James WrayJun 11, 2011

Europa on the Ropes


-- 2010: Odyssey Two

Arthur C. Clarke wrote these words three decades ago, when Europa's uniqueness as a potential alien habitat was first realized. Unfortunately, we have obeyed this fictional command.

Partly that's because Europa's surface is a terrible place. We often say this about Mars, but Europa is worse in practically every way. It is over three times farther from the Sun, and so receives ten times less sunlight. As a result, while a warm day near the Martian equator can exceed 0°C, Europa is at best 140 degrees below. Whereas Mars has less than 1% of Earth's atmospheric pressure, Europa's "atmosphere" is a billion times more rarefied. Neither provides much protection from ultraviolet or particle radiation, but at Europa the bombardment of charged particles from elsewhere in the Jupiter system leads to crippling radiation doses that accumulate millions of times faster. All of these factors make Europa's surface a difficult place for spacecraft (or life) to operate.

Yet deep beneath this surface the environment is very different. Several lines of evidence point to a global salt-water ocean on Europa, hidden from direct view by a frigid icy shell. Like the mid-ocean ridge ecosystems on Earth, Europa's oceanic realm could host life forms for whom the surface conditions are of little concern. We currently have no idea whether such life exists or not. But if ocean water ever reaches Europa's surface, then perhaps its frozen residue could be examined for chemical clues by a carefully aimed lander.

If we did send such a mission to Europa, how would we choose where to land? Two weeks ago, NASA held the final public workshop to select a landing site on Mars for its rover Curiosity, which will launch later this year. Scientists debated the pros and cons of four candidate sites using data returned by the four successful Mars orbiters of the past decade. The debate was well-informed: more data are available at any one of Curiosity's small candidate landing areas than have been returned from all of Europa to date. With comparable imagery and spectral data from Europa, we could find the geologically youngest terrains, possibly identify salts from the deep ocean, and learn what hazards (icy boulders or cliffs?) a Europa lander would need to avoid or overcome. A mission to orbit Europa and collect these data has been planned for over a decade, but has faced repeated cancellations, reinventions, and delays. Current budget projections for space science are lean, and the recent Planetary Science Decadal Survey brought little hope for improvement by ranking the Europa orbiter behind Mars sample return.

First in line
First in line For now, Mars continues to eclipse Jupiter's moon Europa (shown here to scale) in NASA's flagship mission plans, but not in its appeal to many planetary scientists.

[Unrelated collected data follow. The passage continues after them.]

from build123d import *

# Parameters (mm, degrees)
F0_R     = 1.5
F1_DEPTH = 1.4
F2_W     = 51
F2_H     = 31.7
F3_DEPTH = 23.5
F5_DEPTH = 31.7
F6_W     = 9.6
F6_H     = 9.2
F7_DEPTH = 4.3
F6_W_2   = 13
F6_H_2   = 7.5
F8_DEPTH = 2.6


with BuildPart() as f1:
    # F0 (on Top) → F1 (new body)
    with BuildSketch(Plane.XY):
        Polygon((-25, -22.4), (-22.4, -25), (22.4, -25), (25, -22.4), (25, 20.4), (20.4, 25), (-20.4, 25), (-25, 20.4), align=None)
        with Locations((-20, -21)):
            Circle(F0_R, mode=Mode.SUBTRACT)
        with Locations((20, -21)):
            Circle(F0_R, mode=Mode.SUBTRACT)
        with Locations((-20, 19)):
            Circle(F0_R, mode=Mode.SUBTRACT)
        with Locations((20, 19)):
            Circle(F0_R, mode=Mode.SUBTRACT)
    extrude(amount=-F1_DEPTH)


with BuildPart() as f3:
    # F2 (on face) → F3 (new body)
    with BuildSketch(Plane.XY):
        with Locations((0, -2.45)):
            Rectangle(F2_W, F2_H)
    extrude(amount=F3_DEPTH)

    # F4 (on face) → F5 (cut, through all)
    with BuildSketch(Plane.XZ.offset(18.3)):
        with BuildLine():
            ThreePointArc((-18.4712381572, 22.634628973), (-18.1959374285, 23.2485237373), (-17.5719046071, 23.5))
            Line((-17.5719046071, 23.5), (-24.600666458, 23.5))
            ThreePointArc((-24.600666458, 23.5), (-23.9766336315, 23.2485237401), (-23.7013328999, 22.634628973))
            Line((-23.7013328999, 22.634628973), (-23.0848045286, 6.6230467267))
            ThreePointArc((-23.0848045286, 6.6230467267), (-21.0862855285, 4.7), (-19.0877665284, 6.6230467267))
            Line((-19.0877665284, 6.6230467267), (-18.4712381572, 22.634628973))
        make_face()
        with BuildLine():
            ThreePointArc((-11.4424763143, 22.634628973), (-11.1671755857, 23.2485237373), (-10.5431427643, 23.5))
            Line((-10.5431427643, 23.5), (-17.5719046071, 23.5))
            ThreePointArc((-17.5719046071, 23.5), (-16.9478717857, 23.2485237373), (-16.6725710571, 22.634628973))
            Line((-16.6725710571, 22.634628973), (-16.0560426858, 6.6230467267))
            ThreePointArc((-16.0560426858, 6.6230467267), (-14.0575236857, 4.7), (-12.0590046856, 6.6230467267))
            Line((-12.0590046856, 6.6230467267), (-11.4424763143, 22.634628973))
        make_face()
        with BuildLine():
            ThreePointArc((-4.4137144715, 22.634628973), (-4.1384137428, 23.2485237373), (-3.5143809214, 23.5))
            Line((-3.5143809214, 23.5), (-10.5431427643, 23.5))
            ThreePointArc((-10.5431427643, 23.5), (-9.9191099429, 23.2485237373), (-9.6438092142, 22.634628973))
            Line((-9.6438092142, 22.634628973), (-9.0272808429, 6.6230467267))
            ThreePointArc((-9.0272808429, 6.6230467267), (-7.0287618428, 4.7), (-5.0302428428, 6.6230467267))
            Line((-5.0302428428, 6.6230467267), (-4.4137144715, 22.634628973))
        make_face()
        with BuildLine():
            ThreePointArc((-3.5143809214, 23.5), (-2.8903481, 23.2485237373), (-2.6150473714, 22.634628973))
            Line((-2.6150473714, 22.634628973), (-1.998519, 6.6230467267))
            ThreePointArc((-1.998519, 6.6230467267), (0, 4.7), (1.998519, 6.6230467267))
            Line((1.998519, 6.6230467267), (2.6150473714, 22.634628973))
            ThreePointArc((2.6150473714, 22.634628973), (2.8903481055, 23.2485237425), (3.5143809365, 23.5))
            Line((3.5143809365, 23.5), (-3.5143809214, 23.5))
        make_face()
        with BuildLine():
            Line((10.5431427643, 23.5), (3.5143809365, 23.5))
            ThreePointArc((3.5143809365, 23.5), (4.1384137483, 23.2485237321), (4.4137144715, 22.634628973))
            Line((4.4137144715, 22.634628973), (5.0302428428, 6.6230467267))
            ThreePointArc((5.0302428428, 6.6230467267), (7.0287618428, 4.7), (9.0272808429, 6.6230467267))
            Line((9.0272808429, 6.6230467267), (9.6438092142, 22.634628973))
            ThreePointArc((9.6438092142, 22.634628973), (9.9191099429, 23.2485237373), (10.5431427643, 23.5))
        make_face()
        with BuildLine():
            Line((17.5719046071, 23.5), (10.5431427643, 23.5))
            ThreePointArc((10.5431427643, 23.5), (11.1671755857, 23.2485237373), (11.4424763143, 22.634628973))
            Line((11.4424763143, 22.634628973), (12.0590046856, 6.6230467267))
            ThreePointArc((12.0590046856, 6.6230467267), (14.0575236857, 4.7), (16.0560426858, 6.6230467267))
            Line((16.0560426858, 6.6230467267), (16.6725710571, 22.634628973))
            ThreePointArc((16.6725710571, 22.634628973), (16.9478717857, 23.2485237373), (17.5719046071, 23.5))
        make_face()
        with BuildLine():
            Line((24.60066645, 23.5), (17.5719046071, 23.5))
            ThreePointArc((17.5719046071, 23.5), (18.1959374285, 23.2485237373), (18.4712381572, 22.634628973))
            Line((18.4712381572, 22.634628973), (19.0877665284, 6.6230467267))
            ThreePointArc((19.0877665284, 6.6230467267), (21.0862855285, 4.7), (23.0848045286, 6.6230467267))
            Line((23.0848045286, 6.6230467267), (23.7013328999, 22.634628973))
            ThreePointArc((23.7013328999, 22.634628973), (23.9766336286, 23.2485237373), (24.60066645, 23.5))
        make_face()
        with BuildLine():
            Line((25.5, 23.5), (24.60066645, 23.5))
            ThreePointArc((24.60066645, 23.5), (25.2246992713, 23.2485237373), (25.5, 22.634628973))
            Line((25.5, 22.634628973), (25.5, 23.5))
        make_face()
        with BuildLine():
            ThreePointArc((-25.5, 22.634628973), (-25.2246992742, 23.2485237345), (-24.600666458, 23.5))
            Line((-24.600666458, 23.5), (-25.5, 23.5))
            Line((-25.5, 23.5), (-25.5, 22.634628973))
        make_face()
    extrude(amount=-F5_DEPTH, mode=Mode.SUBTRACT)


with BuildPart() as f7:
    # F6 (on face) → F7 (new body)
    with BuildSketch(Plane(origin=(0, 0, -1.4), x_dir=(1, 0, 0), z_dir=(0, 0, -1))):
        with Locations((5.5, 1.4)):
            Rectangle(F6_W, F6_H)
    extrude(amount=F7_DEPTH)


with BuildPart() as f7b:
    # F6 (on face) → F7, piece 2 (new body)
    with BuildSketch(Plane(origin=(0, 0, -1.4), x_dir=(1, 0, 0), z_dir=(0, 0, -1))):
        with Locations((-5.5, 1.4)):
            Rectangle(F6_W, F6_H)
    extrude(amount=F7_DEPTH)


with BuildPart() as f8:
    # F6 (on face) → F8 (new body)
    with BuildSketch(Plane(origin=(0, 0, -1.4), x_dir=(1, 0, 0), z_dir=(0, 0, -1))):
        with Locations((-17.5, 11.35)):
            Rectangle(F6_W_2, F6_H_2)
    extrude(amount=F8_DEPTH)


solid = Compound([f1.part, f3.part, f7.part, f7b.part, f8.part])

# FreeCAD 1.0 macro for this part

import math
import FreeCAD as App
import Part
import Sketcher
from FreeCAD import Vector

doc = App.newDocument("Part")
body = doc.addObject("PartDesign::Body", "Body")

sketch1 = body.newObject("Sketcher::SketchObject", "Sketch")
sketch1.AttachmentSupport = (doc.getObject("XY_Plane"), [""])
sketch1.MapMode = "FlatFace"
sketch1.addGeometry([
    Part.LineSegment(Vector(-25, -22.4, 0), Vector(-22.4, -25, 0)),
    Part.LineSegment(Vector(-22.4, -25, 0), Vector(22.4, -25, 0)),
    Part.LineSegment(Vector(22.4, -25, 0), Vector(25, -22.4, 0)),
    Part.LineSegment(Vector(25, -22.4, 0), Vector(25, 20.4, 0)),
    Part.LineSegment(Vector(25, 20.4, 0), Vector(20.4, 25, 0)),
    Part.LineSegment(Vector(20.4, 25, 0), Vector(-20.4, 25, 0)),
    Part.LineSegment(Vector(-20.4, 25, 0), Vector(-25, 20.4, 0)),
    Part.LineSegment(Vector(-25, 20.4, 0), Vector(-25, -22.4, 0)),
    Part.Circle(Vector(-20, -21, 0), Vector(0, 0, 1), 1.5),
    Part.Circle(Vector(20, -21, 0), Vector(0, 0, 1), 1.5),
    Part.Circle(Vector(-20, 19, 0), Vector(0, 0, 1), 1.5),
    Part.Circle(Vector(20, 19, 0), Vector(0, 0, 1), 1.5),
], False)
sketch1.addConstraint([
    Sketcher.Constraint("Coincident", 0, 2, 1, 1),
    Sketcher.Constraint("Coincident", 1, 2, 2, 1),
    Sketcher.Constraint("Coincident", 2, 2, 3, 1),
    Sketcher.Constraint("Coincident", 3, 2, 4, 1),
    Sketcher.Constraint("Coincident", 4, 2, 5, 1),
    Sketcher.Constraint("Coincident", 5, 2, 6, 1),
    Sketcher.Constraint("Coincident", 6, 2, 7, 1),
    Sketcher.Constraint("Coincident", 7, 2, 0, 1),
    Sketcher.Constraint("Horizontal", 1),
    Sketcher.Constraint("Vertical", 3),
    Sketcher.Constraint("Horizontal", 5),
    Sketcher.Constraint("Vertical", 7),
    Sketcher.Constraint("Equal", 8, 9),
    Sketcher.Constraint("Equal", 9, 10),
    Sketcher.Constraint("Equal", 10, 11),
    Sketcher.Constraint("Symmetric", 8, 3, 9, 3, -2),
    Sketcher.Constraint("Symmetric", 10, 3, 11, 3, -2),
    Sketcher.Constraint("Symmetric", 3, 2, 6, 2, -2),
    Sketcher.Constraint("Perpendicular", 0, 2),
    Sketcher.Constraint("Perpendicular", 2, 4),
    Sketcher.Constraint("Perpendicular", 4, 6),
    Sketcher.Constraint("Horizontal", 2, 2, 7, 2),
    Sketcher.Constraint("Vertical", 8, 3, 10, 3),
    Sketcher.Constraint("Equal", 0, 2),
    Sketcher.Constraint("Diameter", 8, 3.0),
    Sketcher.Constraint("DistanceX", 1, 1, 1, 2, 44.8),
    Sketcher.Constraint("DistanceX", 5, 2, 5, 1, 40.8),
    Sketcher.Constraint("DistanceY", 3, 1, 3, 2, 42.8),
    Sketcher.Constraint("DistanceX", 8, 3, -1, 1, 20.0),
    Sketcher.Constraint("DistanceY", 8, 3, -1, 1, 21.0),
    Sketcher.Constraint("DistanceY", -1, 1, 10, 3, 19.0),
    Sketcher.Constraint("DistanceY", 0, 2, -1, 1, 25.0),
    Sketcher.Constraint("DistanceX", -1, 1, 2, 2, 25.0),
])
pad1 = body.newObject("PartDesign::Pad", "Pad")
pad1.Profile = sketch1
pad1.Length = 1.4
pad1.Reversed = True
body2 = doc.addObject("PartDesign::Body", "Body001")

sketch2 = body2.newObject("Sketcher::SketchObject", "Sketch001")
sketch2.AttachmentSupport = (doc.getObject("XY_Plane001"), [""])
sketch2.MapMode = "FlatFace"
sketch2.addGeometry([
    Part.LineSegment(Vector(-26, 13, 0), Vector(-26, -18, 0)),
    Part.LineSegment(Vector(-26, -18, 0), Vector(26, -18, 0)),
    Part.LineSegment(Vector(26, -18, 0), Vector(26, 13, 0)),
    Part.LineSegment(Vector(26, 13, 0), Vector(-26, 13, 0)),
], False)
sketch2.addConstraint([
    Sketcher.Constraint("Coincident", 0, 2, 1, 1),
    Sketcher.Constraint("Coincident", 1, 2, 2, 1),
    Sketcher.Constraint("Coincident", 2, 2, 3, 1),
    Sketcher.Constraint("Coincident", 3, 2, 0, 1),
    Sketcher.Constraint("Vertical", 0),
    Sketcher.Constraint("Horizontal", 1),
    Sketcher.Constraint("Vertical", 2),
    Sketcher.Constraint("Horizontal", 3),
    Sketcher.Constraint("DistanceX", 1, 1, 1, 2, 51.0),
    Sketcher.Constraint("DistanceY", 0, 2, 0, 1, 31.7),
    Sketcher.Constraint("DistanceX", 0, 2, -1, 1, 25.5),
    Sketcher.Constraint("DistanceY", 0, 2, -1, 1, 18.3),
])
pad2 = body2.newObject("PartDesign::Pad", "Pad001")
pad2.Profile = sketch2
pad2.Length = 23.5

sketch3 = body2.newObject("Sketcher::SketchObject", "Sketch002")
sketch3.AttachmentSupport = (doc.getObject("XZ_Plane001"), [""])
sketch3.MapMode = "FlatFace"
sketch3.AttachmentOffset = App.Placement(Vector(0, 0, 18.3), App.Rotation())
sketch3.addGeometry([
    Part.ArcOfCircle(Part.Circle(Vector(-17.6, 22.6, 0), Vector(0, 0, 1), 0.9), math.radians(90), math.radians(178)),
    Part.LineSegment(Vector(-17.6, 23.5, 0), Vector(-24.6, 23.5, 0)),
    Part.ArcOfCircle(Part.Circle(Vector(-24.6, 22.6, 0), Vector(0, 0, 1), 0.9), math.radians(2), math.radians(90)),
    Part.LineSegment(Vector(-23.7, 22.6, 0), Vector(-23.1, 6.6, 0)),
    Part.ArcOfCircle(Part.Circle(Vector(-21.1, 6.7, 0), Vector(0, 0, 1), 2), math.radians(-178), math.radians(-2)),
    Part.LineSegment(Vector(-19.1, 6.6, 0), Vector(-18.5, 22.6, 0)),
    Part.ArcOfCircle(Part.Circle(Vector(-10.5, 22.6, 0), Vector(0, 0, 1), 0.9), math.radians(90), math.radians(178)),
    Part.LineSegment(Vector(-10.5, 23.5, 0), Vector(-17.6, 23.5, 0)),
    Part.ArcOfCircle(Part.Circle(Vector(-17.6, 22.6, 0), Vector(0, 0, 1), 0.9), math.radians(2), math.radians(90)),
    Part.LineSegment(Vector(-16.7, 22.6, 0), Vector(-16.1, 6.6, 0)),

NASA is already hard at work on cheaper options for robotic reconnaissance of Europa, but even these will be impossible in the coming decade without additional funding from Congress. For anyone interested in the search for life beyond Earth, this should be a call to arms! Public support played a major role in getting the New Horizons mission to Pluto off the ground; perhaps a similar campaign can help save Europa. Giving up now would delay more than just the Europa orbiter. Ten years ago, NASA scientists and engineers were talking about Europa ice penetrators, submarines, and sample return—a true Europa Exploration Program analogous to what we have for Mars. An orbiter could be the first key step toward this vision.

Is it all worth the cost? I think so, even at the risk of delaying other missions. We know of no place in our solar system more likely to be inhabited today by life unrelated to us. I am also a strong proponent of continued Mars exploration, and we should thoroughly explore both of these worlds. Ancient Mars was so diverse that multiple sample return missions are likely needed to fully understand whether, where and when life may have evolved on that world. But the same might be true for Europa; our understanding of its history is limited by the data we have.

More broadly, searching for life on Mars will give unique insights into the probability of life evolving on planets in the habitable zones around their stars (i.e., at the right distance for surface water to be liquid). Yet it will not allow estimation of the total abundance of life in the universe. For that, we must explore all classes of habitats, including subsurface ocean worlds with uninhabitable surfaces. Such worlds may be common throughout our galaxy and others, but do they host life? Europa is the best place we know to start looking.